Scotland and de-globalisation

DISCLAIMER: All opinions in this column reflect the views of the author(s), not of EURACTIV.COM Ltd.

James Saft [Reuters]

The prospect of Scottish independence is further evidence that the era of increasing globalisation, with all its benefits to capital, is waning fast. Support for independence, an issue to be put to a vote among Scots on Sept. 18, has surged in recent days, with those in favor registering their first opinion poll lead over the weekend, writes James Saft.

James Saft is a Reuters columnist.

The prospect of Scottish independence is further evidence that the era of increasing globalisation, with all its benefits to capital, is waning fast.

Support for independence, an issue to be put to a vote among Scots on Sept. 18, has surged in recent days, with those in favor registering their first opinion poll lead over the weekend.

Not only would an independent Scotland have to come up with some plan for a currency and monetary policy, an area in which it has several options, each carrying its own dangers, but it also would make more likely a British exit from the European Union.

This is far from the only recent example of a retreat from globalisation, a word used to describe a process whereby the movement of capital and goods, if not people, becomes more free and trade tends to rise. Russia’s aggression in Ukraine neatly dispels the canard that tight banking and trade links mean the end of military hostilities. Similarly Iceland’s refusal to make good the bubble era debts of its banks, and Argentina’s willingness to default yet again show an increased willingness on the part of some to take their chances and forgo some of the benefits of the global system of capital raising.
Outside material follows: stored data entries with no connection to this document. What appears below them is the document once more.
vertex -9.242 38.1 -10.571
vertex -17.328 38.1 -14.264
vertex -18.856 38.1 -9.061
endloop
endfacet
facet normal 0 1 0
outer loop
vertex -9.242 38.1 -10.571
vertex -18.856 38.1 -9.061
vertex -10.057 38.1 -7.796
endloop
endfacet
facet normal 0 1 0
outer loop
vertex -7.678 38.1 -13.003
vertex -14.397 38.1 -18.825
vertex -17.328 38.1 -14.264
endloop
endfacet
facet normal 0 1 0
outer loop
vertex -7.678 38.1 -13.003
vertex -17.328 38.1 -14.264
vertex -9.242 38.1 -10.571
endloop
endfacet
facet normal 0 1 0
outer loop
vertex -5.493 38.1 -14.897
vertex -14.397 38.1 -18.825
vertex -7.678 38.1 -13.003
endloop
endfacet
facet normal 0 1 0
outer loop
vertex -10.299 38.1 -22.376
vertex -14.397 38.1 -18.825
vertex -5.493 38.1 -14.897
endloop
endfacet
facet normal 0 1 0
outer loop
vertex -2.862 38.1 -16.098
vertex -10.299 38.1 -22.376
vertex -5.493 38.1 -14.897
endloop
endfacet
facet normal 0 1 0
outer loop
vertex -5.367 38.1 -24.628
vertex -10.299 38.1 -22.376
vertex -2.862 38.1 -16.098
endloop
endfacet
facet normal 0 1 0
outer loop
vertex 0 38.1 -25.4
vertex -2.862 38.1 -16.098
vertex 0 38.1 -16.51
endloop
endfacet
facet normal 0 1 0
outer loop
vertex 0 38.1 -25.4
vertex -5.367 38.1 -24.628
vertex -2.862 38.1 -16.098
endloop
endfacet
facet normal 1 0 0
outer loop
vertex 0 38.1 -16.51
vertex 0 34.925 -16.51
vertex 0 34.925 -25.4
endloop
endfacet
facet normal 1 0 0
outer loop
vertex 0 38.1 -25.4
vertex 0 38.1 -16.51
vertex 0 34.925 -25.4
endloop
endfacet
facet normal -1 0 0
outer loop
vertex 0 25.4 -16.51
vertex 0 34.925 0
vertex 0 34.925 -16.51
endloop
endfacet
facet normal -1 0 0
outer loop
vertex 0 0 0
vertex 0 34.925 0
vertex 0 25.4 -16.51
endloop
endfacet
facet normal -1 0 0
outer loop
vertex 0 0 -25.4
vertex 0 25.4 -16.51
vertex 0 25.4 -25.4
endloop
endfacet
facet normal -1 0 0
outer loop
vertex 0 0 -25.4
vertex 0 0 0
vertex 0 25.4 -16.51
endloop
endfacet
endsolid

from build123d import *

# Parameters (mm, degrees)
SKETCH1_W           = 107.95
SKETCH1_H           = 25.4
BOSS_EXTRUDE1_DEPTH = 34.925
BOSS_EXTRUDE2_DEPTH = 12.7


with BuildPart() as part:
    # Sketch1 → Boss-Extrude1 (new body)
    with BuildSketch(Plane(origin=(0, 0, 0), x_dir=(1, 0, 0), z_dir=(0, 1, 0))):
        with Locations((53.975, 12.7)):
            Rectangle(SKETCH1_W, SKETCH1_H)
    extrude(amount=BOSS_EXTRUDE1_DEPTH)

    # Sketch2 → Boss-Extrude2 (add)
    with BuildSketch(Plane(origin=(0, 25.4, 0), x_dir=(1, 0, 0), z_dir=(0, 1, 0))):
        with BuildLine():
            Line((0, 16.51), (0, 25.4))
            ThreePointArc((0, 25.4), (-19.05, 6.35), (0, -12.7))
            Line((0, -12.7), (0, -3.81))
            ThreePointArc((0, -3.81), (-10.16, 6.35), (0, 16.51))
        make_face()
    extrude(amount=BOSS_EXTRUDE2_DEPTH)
Scotland’s case is distinct, being, broadly, that of an electorate apparently being willing to exert more direct control over their own conditions, over the objection of elites and despite arguments that this higher level of control will bring with it economic costs. That’s pretty much the opposite of globalisation, the gospel of which has preached that by surrendering local control in order to allow easier movement of goods and capital we can achieve better growth all round.
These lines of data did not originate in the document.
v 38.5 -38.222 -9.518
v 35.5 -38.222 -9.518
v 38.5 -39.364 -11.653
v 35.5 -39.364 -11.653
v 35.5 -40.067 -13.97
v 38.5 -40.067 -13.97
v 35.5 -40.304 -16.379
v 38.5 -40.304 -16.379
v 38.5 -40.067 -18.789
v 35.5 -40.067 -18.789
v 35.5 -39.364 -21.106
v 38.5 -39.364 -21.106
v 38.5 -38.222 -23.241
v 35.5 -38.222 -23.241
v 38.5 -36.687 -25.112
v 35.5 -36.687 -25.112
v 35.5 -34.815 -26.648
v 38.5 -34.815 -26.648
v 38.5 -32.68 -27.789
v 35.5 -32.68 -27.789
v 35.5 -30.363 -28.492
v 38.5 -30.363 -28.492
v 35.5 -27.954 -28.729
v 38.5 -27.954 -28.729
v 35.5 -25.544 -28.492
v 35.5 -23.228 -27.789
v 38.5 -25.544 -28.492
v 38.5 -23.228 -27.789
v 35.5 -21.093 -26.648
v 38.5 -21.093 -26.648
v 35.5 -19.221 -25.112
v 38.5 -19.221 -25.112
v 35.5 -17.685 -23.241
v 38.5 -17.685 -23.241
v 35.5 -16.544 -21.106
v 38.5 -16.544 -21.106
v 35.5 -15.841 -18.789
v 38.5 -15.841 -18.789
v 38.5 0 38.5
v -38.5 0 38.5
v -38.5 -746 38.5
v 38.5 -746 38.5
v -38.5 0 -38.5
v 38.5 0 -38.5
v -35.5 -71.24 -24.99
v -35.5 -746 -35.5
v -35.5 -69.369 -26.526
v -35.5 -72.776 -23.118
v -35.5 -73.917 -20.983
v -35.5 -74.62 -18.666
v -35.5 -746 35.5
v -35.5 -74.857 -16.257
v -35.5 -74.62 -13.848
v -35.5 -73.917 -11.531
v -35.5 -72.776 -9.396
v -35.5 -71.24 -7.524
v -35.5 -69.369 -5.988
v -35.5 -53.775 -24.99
Whatever you think of the merits of the two sides of this argument (and I really would worry about the idea of being a state without a central bank), some implications are clear: it is bad for investors, who face more risks, for banking and finance, and probably for growth.
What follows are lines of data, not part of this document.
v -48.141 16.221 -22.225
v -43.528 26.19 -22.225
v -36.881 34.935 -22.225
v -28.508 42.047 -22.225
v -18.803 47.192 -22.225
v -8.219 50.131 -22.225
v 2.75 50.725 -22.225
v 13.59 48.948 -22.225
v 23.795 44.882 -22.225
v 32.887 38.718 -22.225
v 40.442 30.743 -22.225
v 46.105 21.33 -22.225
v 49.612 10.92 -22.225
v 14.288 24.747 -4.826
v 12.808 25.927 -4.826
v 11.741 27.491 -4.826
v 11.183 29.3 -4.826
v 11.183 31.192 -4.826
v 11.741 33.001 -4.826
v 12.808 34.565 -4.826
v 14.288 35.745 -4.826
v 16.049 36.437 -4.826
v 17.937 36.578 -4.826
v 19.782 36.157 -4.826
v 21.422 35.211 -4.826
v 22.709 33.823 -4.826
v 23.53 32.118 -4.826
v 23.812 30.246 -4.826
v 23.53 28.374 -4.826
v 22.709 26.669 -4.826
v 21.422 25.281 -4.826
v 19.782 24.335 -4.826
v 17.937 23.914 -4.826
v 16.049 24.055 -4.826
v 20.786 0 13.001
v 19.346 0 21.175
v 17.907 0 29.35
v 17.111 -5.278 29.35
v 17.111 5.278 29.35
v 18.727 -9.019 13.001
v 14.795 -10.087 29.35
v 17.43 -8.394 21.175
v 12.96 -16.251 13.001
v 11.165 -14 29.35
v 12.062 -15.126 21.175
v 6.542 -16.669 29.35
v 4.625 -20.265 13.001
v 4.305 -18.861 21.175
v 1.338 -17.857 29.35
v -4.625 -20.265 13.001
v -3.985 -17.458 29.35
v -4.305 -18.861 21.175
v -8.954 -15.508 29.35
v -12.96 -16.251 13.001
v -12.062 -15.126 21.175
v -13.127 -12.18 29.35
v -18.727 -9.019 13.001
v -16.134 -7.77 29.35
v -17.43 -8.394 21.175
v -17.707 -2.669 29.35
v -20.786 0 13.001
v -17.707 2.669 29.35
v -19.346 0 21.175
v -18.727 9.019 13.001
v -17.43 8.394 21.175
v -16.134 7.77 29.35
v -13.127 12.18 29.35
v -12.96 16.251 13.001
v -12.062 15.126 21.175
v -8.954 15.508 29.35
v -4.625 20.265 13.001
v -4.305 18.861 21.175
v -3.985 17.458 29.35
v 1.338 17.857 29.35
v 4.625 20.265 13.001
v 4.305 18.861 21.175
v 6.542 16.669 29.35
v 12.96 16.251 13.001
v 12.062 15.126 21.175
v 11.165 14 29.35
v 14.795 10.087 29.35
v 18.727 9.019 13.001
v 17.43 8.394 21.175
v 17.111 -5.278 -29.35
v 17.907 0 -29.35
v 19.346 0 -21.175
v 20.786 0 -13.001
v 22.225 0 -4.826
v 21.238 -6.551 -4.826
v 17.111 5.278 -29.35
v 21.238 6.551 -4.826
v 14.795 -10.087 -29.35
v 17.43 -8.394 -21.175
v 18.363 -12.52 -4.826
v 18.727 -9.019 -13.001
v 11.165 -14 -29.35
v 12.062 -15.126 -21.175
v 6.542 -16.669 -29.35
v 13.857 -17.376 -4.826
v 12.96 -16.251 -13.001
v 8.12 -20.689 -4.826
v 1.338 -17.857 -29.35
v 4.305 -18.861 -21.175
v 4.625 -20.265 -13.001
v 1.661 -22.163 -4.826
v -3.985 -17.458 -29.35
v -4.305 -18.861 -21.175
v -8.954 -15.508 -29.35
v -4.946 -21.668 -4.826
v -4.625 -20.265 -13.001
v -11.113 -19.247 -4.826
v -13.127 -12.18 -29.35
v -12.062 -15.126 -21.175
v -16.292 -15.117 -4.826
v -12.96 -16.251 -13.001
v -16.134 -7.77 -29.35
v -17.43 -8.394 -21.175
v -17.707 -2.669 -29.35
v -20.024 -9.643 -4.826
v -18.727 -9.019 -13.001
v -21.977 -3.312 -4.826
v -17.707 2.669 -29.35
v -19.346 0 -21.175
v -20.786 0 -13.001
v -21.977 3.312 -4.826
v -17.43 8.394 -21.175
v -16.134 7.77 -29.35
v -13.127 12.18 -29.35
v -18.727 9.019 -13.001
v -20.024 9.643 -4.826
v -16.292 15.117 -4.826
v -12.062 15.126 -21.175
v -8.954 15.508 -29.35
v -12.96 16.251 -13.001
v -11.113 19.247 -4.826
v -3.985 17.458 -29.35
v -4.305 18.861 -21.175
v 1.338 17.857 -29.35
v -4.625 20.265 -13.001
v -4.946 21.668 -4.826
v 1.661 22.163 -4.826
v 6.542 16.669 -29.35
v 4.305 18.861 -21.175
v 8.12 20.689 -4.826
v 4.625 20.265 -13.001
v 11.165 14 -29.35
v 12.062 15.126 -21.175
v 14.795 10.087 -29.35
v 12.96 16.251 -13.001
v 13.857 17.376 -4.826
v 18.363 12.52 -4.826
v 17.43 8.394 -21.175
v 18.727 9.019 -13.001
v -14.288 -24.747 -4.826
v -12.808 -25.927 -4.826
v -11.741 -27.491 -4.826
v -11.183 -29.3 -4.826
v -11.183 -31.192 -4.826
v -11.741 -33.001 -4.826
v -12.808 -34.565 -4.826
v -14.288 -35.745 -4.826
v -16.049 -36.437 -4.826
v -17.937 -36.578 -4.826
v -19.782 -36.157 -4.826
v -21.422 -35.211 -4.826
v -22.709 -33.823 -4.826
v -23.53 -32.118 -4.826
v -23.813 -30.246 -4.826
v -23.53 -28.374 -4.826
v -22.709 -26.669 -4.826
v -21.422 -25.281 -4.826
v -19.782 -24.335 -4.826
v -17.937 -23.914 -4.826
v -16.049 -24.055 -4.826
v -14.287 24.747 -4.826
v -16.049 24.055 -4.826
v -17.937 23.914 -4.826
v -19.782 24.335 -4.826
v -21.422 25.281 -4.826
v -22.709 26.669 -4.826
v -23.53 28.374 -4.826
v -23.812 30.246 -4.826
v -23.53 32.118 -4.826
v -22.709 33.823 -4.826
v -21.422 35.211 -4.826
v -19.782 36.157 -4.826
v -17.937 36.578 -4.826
Important to note too that even if de-globalizing can achieve better or equal growth, as some contend, it is likely that it imposes costs on investors, who are far more likely in a de-globalising world (as opposed to in Scotland specifically) to face new hurdles on moving capital, and new taxes.

The case of banking

Remember too that Scottish independence would encourage movements elsewhere, such as in Catalonia, to further press their case, potentially putting further stress on the EU and eurozone, the arrangements of which are already problematic.

A particularly interesting angle of the Scottish vote is what would happen to the fairly large financial services industry now operating there. Most likely many banks and insurers, especially the largest, would retreat to London so as to remain under the protective embrace of the Bank of England, with its helpful ability to print money in an emergency.

While much has been made of the economic costs this would impose on Scotland, there are mirror risks for the UK, which might keep a roughly same-sized banking industry, but lose a chunky portion of the people and assets which backstop any sovereign guarantee.

It is of course possible that a smaller Britain goes full out for finance, and becomes a sort of Switzerland-Between-The-Seas, but just as the euro crisis demonstrated how terrible it is to be Spain without its own central bank, so did the great financial crisis show how risky it is to be a moderate-sized economy with an enormous banking sector.

Countries have reacted to this by pressuring banks, especially those in Europe, to raise capital, which may have contributed to the marked drop in cross-border capital flows since the crisis. As of the end of 2013, cross-border capital flows in the large G20 nations were still 70% below their pre-crisis peak.

Regardless of the outcome of the vote in Scotland, the fact that it is such a close call demonstrates, among many other things, that the current set of arrangements, with all its benefits for growth in aggregate, is less attractive than it would appear to an economist. The way the gains of globalisation have been shared out, particularly in the developed west, probably has much to do with this.

Of course, just as globalisation wasn’t inevitable, neither is de-globalization, and it is quite possible that an uptick in global growth, and in the wages of middle classes in developed nations, might retard this process.

Generally though it is fair to expect that capital, and the investors who own it, will have a tougher time in the next 20 years than in the 20 leading up to 2008.